Re: [PATCH 5.4 26/34] dm verity: set DM_TARGET_IMMUTABLE feature flag

[Date Prev][Date Next][Thread Prev][Thread Next][Date Index][Thread Index]

 



On 6/15/22 13:02, Mike Snitzer wrote:
On Wed, Jun 15 2022 at  1:50P -0400,
Guenter Roeck <linux@xxxxxxxxxxxx> wrote:

On 6/15/22 08:29, Mike Snitzer wrote:
On Wed, Jun 15 2022 at 10:36P -0400,
Guenter Roeck <linux@xxxxxxxxxxxx> wrote:

On Mon, Jun 13, 2022 at 11:13:21AM +0200, Greg KH wrote:
On Fri, Jun 10, 2022 at 11:11:00AM -0400, Mike Snitzer wrote:
On Fri, Jun 10 2022 at  1:15P -0400,
Greg KH <gregkh@xxxxxxxxxxxxxxxxxxx> wrote:

On Fri, Jun 10, 2022 at 04:22:00AM +0000, Oleksandr Tymoshenko wrote:
I believe this commit introduced a regression in dm verity on systems
where data device is an NVME one. Loading table fails with the
following diagnostics:

device-mapper: table: table load rejected: including non-request-stackable devices

The same kernel works with the same data drive on the SCSI interface.
NVME-backed dm verity works with just this commit reverted.

I believe the presence of the immutable partition is used as an indicator
of special case NVME configuration and if the data device's name starts
with "nvme" the code tries to switch the target type to
DM_TYPE_NVME_BIO_BASED (drivers/md/dm-table.c lines 1003-1010).

The special NVME optimization case was removed in
5.10 by commit 9c37de297f6590937f95a28bec1b7ac68a38618f, so only 5.4 is
affected.


Why wouldn't 4.9, 4.14, and 4.19 also be affected here?  Should I also
just queue up 9c37de297f65 ("dm: remove special-casing of bio-based
immutable singleton target on NVMe") to those older kernels?  If so,
have you tested this and verified that it worked?

Sorry for the unforeseen stable@ troubles here!

In general we'd be fine to apply commit 9c37de297f65 but to do it
properly would require also making sure commits that remove
"DM_TYPE_NVME_BIO_BASED", like 8d47e65948dd ("dm mpath: remove
unnecessary NVMe branching in favor of scsi_dh checks") are applied --
basically any lingering references to DM_TYPE_NVME_BIO_BASED need to
be removed.

The commit header for 8d47e65948dd documents what
DM_TYPE_NVME_BIO_BASED was used for.. it was dm-mpath specific and
"nvme" mode really never got used by any userspace that I'm aware of.

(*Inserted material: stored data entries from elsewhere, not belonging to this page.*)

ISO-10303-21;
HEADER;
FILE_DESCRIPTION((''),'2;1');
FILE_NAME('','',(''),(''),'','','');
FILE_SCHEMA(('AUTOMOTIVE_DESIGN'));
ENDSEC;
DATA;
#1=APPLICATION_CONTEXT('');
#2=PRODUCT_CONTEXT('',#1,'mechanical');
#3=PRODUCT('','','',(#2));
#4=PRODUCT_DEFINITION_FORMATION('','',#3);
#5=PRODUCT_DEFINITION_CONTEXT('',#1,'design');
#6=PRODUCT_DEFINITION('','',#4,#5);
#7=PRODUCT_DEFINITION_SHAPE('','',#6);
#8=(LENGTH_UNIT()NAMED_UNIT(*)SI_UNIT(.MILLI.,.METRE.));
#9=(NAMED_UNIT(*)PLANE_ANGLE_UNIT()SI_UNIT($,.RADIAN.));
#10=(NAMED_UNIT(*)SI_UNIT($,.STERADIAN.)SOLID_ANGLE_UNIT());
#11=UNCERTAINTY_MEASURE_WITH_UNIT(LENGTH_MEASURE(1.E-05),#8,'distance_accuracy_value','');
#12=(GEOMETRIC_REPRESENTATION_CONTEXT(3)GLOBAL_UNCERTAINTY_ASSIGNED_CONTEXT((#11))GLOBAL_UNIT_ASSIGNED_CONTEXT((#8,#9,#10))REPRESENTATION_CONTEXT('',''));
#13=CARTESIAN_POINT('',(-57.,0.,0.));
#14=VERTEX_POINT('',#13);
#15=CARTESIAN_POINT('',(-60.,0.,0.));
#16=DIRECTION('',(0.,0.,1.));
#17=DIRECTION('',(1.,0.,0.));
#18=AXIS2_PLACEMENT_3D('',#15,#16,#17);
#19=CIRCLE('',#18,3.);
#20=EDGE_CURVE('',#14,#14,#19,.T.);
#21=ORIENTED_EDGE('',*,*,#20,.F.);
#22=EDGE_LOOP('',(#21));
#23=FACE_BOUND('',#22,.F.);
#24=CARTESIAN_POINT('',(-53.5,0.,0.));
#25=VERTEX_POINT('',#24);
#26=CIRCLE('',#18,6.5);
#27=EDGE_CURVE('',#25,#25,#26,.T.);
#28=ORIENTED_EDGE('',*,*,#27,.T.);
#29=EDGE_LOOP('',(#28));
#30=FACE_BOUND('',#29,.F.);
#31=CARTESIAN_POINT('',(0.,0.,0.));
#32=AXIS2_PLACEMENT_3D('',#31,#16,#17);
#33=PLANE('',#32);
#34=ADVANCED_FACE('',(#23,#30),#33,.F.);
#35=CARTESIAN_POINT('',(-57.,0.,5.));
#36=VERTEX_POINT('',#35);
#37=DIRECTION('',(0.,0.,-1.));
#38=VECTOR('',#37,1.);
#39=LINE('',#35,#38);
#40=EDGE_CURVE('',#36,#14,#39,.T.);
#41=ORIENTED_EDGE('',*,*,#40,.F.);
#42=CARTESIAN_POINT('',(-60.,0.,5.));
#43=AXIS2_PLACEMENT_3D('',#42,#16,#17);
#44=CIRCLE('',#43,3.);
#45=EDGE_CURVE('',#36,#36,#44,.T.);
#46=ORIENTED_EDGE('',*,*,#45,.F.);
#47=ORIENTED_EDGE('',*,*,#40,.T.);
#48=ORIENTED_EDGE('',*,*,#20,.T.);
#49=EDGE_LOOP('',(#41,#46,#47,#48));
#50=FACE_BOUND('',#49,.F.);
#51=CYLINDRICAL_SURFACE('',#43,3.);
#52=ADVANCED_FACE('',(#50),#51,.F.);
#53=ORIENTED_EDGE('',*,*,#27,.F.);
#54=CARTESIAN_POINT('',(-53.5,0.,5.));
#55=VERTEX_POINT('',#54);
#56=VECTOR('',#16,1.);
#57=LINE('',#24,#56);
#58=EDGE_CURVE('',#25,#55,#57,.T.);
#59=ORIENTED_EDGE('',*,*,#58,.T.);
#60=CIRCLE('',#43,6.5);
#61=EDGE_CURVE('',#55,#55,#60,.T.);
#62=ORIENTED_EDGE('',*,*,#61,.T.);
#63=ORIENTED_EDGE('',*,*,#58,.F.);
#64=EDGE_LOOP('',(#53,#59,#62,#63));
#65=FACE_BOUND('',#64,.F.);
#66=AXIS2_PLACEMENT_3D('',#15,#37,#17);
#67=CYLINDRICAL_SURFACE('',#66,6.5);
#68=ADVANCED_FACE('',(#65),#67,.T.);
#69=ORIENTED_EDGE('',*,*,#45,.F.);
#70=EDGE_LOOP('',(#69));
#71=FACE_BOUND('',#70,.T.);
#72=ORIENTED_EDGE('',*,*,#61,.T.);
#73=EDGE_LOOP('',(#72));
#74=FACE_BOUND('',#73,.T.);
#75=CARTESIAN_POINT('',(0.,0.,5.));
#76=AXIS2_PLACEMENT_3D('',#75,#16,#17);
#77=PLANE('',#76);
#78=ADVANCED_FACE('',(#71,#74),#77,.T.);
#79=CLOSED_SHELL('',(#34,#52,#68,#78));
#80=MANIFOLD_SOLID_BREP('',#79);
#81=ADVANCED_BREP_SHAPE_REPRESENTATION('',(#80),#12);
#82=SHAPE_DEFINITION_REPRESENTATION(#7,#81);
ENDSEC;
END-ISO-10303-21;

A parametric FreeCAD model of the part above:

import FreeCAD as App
import Part
import Sketcher

V = App.Vector
Q = App.Units.Quantity

doc = App.newDocument("Part")
body = doc.addObject("PartDesign::Body", "Body")

# Sketch on XY plane
sketch1 = body.newObject("Sketcher::SketchObject", "Sketch")
sketch1.AttachmentSupport = (doc.getObject("XY_Plane"), [""])
sketch1.MapMode = "FlatFace"
sketch1.addGeometry(Part.Circle(V(-60, 0, 0), V(0, 0, 1), 6), False)
sketch1.addConstraint(Sketcher.Constraint("PointOnObject", 0, 3, -1))
sketch1.addConstraint(Sketcher.Constraint("Diameter", 0, Q("13 mm")))
sketch1.addConstraint(Sketcher.Constraint("DistanceX", 0, 3, -1, 1, Q("60 mm")))
pad1 = body.newObject("PartDesign::Pad", "Pad")
pad1.Profile = sketch1
pad1.Length = 5

# Sketch on XY plane
sketch2 = body.newObject("Sketcher::SketchObject", "Sketch001")
sketch2.AttachmentSupport = (doc.getObject("XY_Plane"), [""])
sketch2.MapMode = "FlatFace"
sketch2.AttachmentOffset = App.Placement(V(0, 0, 5), App.Rotation())
sketch2.addGeometry(Part.Circle(V(-60, 0, 0), V(0, 0, 1), 3), False)
sketch2.addGeometry(Part.Circle(V(-57.3, -17.7, 0), V(0, 0, 1), 3), False)
sketch2.addGeometry(Part.Circle(V(-49.6, -33.8, 0), V(0, 0, 1), 3), False)
sketch2.addGeometry(Part.Circle(V(-37.4, -46.9, 0), V(0, 0, 1), 3), False)
sketch2.addGeometry(Part.Circle(V(-21.9, -55.9, 0), V(0, 0, 1), 3), False)
sketch2.addGeometry(Part.Circle(V(-4.5, -59.8, 0), V(0, 0, 1), 3), False)
sketch2.addGeometry(Part.Circle(V(13.4, -58.5, 0), V(0, 0, 1), 3), False)
sketch2.addGeometry(Part.Circle(V(30, -52, 0), V(0, 0, 1), 3), False)
sketch2.addGeometry(Part.Circle(V(44, -40.8, 0), V(0, 0, 1), 3), False)
sketch2.addGeometry(Part.Circle(V(54.1, -26, 0), V(0, 0, 1), 3), False)
sketch2.addGeometry(Part.Circle(V(59.3, -8.9, 0), V(0, 0, 1), 3), False)
sketch2.addGeometry(Part.Circle(V(59.3, 8.9, 0), V(0, 0, 1), 3), False)
sketch2.addGeometry(Part.Circle(V(54.1, 26, 0), V(0, 0, 1), 3), False)
sketch2.addGeometry(Part.Circle(V(44, 40.8, 0), V(0, 0, 1), 3), False)
sketch2.addGeometry(Part.Circle(V(30, 52, 0), V(0, 0, 1), 3), False)
sketch2.addGeometry(Part.Circle(V(13.4, 58.5, 0), V(0, 0, 1), 3), False)
sketch2.addGeometry(Part.Circle(V(-4.5, 59.8, 0), V(0, 0, 1), 3), False)
sketch2.addGeometry(Part.Circle(V(-21.9, 55.9, 0), V(0, 0, 1), 3), False)
sketch2.addGeometry(Part.Circle(V(-37.4, 46.9, 0), V(0, 0, 1), 3), False)
sketch2.addGeometry(Part.Circle(V(-49.6, 33.8, 0), V(0, 0, 1), 3), False)
sketch2.addGeometry(Part.Circle(V(-57.3, 17.7, 0), V(0, 0, 1), 3), False)
sketch2.addConstraint(Sketcher.Constraint("Equal", 0, 1))
sketch2.addConstraint(Sketcher.Constraint("Equal", 1, 2))
sketch2.addConstraint(Sketcher.Constraint("Equal", 2, 3))
sketch2.addConstraint(Sketcher.Constraint("Equal", 3, 4))
sketch2.addConstraint(Sketcher.Constraint("Equal", 4, 5))
sketch2.addConstraint(Sketcher.Constraint("Equal", 5, 6))
sketch2.addConstraint(Sketcher.Constraint("Equal", 6, 7))
sketch2.addConstraint(Sketcher.Constraint("Equal", 7, 8))
sketch2.addConstraint(Sketcher.Constraint("Equal", 8, 9))
sketch2.addConstraint(Sketcher.Constraint("Equal", 9, 10))
sketch2.addConstraint(Sketcher.Constraint("Equal", 10, 11))
sketch2.addConstraint(Sketcher.Constraint("Equal", 11, 12))
sketch2.addConstraint(Sketcher.Constraint("Equal", 12, 13))
sketch2.addConstraint(Sketcher.Constraint("Equal", 13, 14))
sketch2.addConstraint(Sketcher.Constraint("Equal", 14, 15))
sketch2.addConstraint(Sketcher.Constraint("Equal", 15, 16))
sketch2.addConstraint(Sketcher.Constraint("Equal", 16, 17))
sketch2.addConstraint(Sketcher.Constraint("Equal", 17, 18))
sketch2.addConstraint(Sketcher.Constraint("Equal", 18, 19))
sketch2.addConstraint(Sketcher.Constraint("Equal", 19, 20))
sketch2.addConstraint(Sketcher.Constraint("Symmetric", 10, 3, 11, 3, -1))
sketch2.addConstraint(Sketcher.Constraint("Symmetric", 9, 3, 12, 3, -1))
sketch2.addConstraint(Sketcher.Constraint("Symmetric", 8, 3, 13, 3, -1))
sketch2.addConstraint(Sketcher.Constraint("Symmetric", 7, 3, 14, 3, -1))
sketch2.addConstraint(Sketcher.Constraint("Symmetric", 6, 3, 15, 3, -1))
sketch2.addConstraint(Sketcher.Constraint("Symmetric", 5, 3, 16, 3, -1))
sketch2.addConstraint(Sketcher.Constraint("Symmetric", 4, 3, 17, 3, -1))
sketch2.addConstraint(Sketcher.Constraint("Symmetric", 3, 3, 18, 3, -1))
sketch2.addConstraint(Sketcher.Constraint("Symmetric", 2, 3, 19, 3, -1))
sketch2.addConstraint(Sketcher.Constraint("Symmetric", 1, 3, 20, 3, -1))
sketch2.addConstraint(Sketcher.Constraint("PointOnObject", 0, 3, -1))
sketch2.addConstraint(Sketcher.Constraint("Diameter", 0, Q("6 mm")))
sketch2.addConstraint(Sketcher.Constraint("DistanceX", 0, 3, -1, 1, Q("60 mm")))
sketch2.addConstraint(Sketcher.Constraint("DistanceX", -1, 1, 7, 3, Q("30 mm")))
sketch2.addConstraint(Sketcher.Constraint("DistanceY", 3, 3, -1, 1, Q("46.91 mm")))
sketch2.addConstraint(Sketcher.Constraint("DistanceX", 1, 3, 2, 3, Q("7.76 mm")))
sketch2.addConstraint(Sketcher.Constraint("DistanceX", -1, 1, 8, 3, Q("43.983 mm")))
sketch2.addConstraint(Sketcher.Constraint("DistanceX", -1, 1, 9, 3, Q("54.058 mm")))
sketch2.addConstraint(Sketcher.Constraint("DistanceY", 9, 3, -1, 1, Q("26.033 mm")))
sketch2.addConstraint(Sketcher.Constraint("DistanceY", 2, 3, 1, 3, Q("16.114 mm")))
sketch2.addConstraint(Sketcher.Constraint("DistanceX", 2, 3, 3, 3, Q("12.165 mm")))
sketch2.addConstraint(Sketcher.Constraint("DistanceX", 3, 3, 4, 3, Q("15.489 mm")))
sketch2.addConstraint(Sketcher.Constraint("DistanceY", 4, 3, 1, 3, Q("38.167 mm")))
sketch2.addConstraint(Sketcher.Constraint("DistanceY", 5, 3, 2, 3, Q("26.033 mm")))
sketch2.addConstraint(Sketcher.Constraint("DistanceX", 5, 3, 6, 3, Q("17.835 mm")))
sketch2.addConstraint(Sketcher.Constraint("DistanceY", 4, 3, 7, 3, Q("3.891 mm")))
sketch2.addConstraint(Sketcher.Constraint("DistanceY", 7, 3, 8, 3, Q("11.151 mm")))
sketch2.addConstraint(Sketcher.Constraint("DistanceX", 5, 3, 8, 3, Q("48.467 mm")))
sketch2.addConstraint(Sketcher.Constraint("DistanceY", 8, 3, 10, 3, Q("31.868 mm")))
sketch2.addConstraint(Sketcher.Constraint("DistanceY", 10, 3, 11, 3, Q("17.885 mm")))
sketch2.addConstraint(Sketcher.Constraint("DistanceX", 1, 3, -1, 1, Q("57.3344 mm")))
sketch2.addConstraint(Sketcher.Constraint("DistanceY", 6, 3, -1, 1, Q("58.4957 mm")))
sketch2.addConstraint(Sketcher.Constraint("DistanceX", -1, 1, 10, 3, Q("59.3298 mm")))
pocket1 = body.newObject("PartDesign::Pocket", "Pocket")
pocket1.Profile = sketch2
pocket1.Type = "ThroughAll"

doc.recompute()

Sadly I currently don't have the time to do this backport for all N
stable kernels... :(

But if that backport gets out of control: A simpler, albeit stable@
unicorn, way to resolve this is to simply revert 9c37de297f65 and make

9c37de297f65 can not be reverted in 5.4 and older because it isn't there,
and trying to apply it results in conflicts which at least I can not
resolve.

it so that DM-mpath and DM core just used bio-based if "nvme" is
requested by dm-mpath, so also in drivers/md/dm-mpath.c e.g.:

@@ -1091,8 +1088,6 @@ static int parse_features(struct dm_arg_set *as, struct multipath *m)

                          if (!strcasecmp(queue_mode_name, "bio"))
                                  m->queue_mode = DM_TYPE_BIO_BASED;
			else if (!strcasecmp(queue_mode_name, "nvme"))
-                               m->queue_mode = DM_TYPE_NVME_BIO_BASED;
+                               m->queue_mode = DM_TYPE_BIO_BASED;
                          else if (!strcasecmp(queue_mode_name, "rq"))
                                  m->queue_mode = DM_TYPE_REQUEST_BASED;
                          else if (!strcasecmp(queue_mode_name, "mq"))

Mike


Ok, please submit a working patch for the kernels that need it so that
we can review and apply it to solve this regression.


So, effectively, v5.4.y and older are broken right now for use cases
with dm on NVME drives.

Given that the regression does affect older branches, and given that we
have to revert this patch to avoid regressions in ChromeOS, would it be
possible to revert it from v5.4.y and older until a fix is found ?

I obviously would prefer to not have this false-start.

The false start has already happened since we had to revert the patch
from chromeos-5.4 and older branches.

OK, well this is pretty easy to fix in general.  If there are slight
differences across older trees they are easily resolved.  Fact that
stable@ couldn't cope with backporting 9c37de297f65 is.. what it is.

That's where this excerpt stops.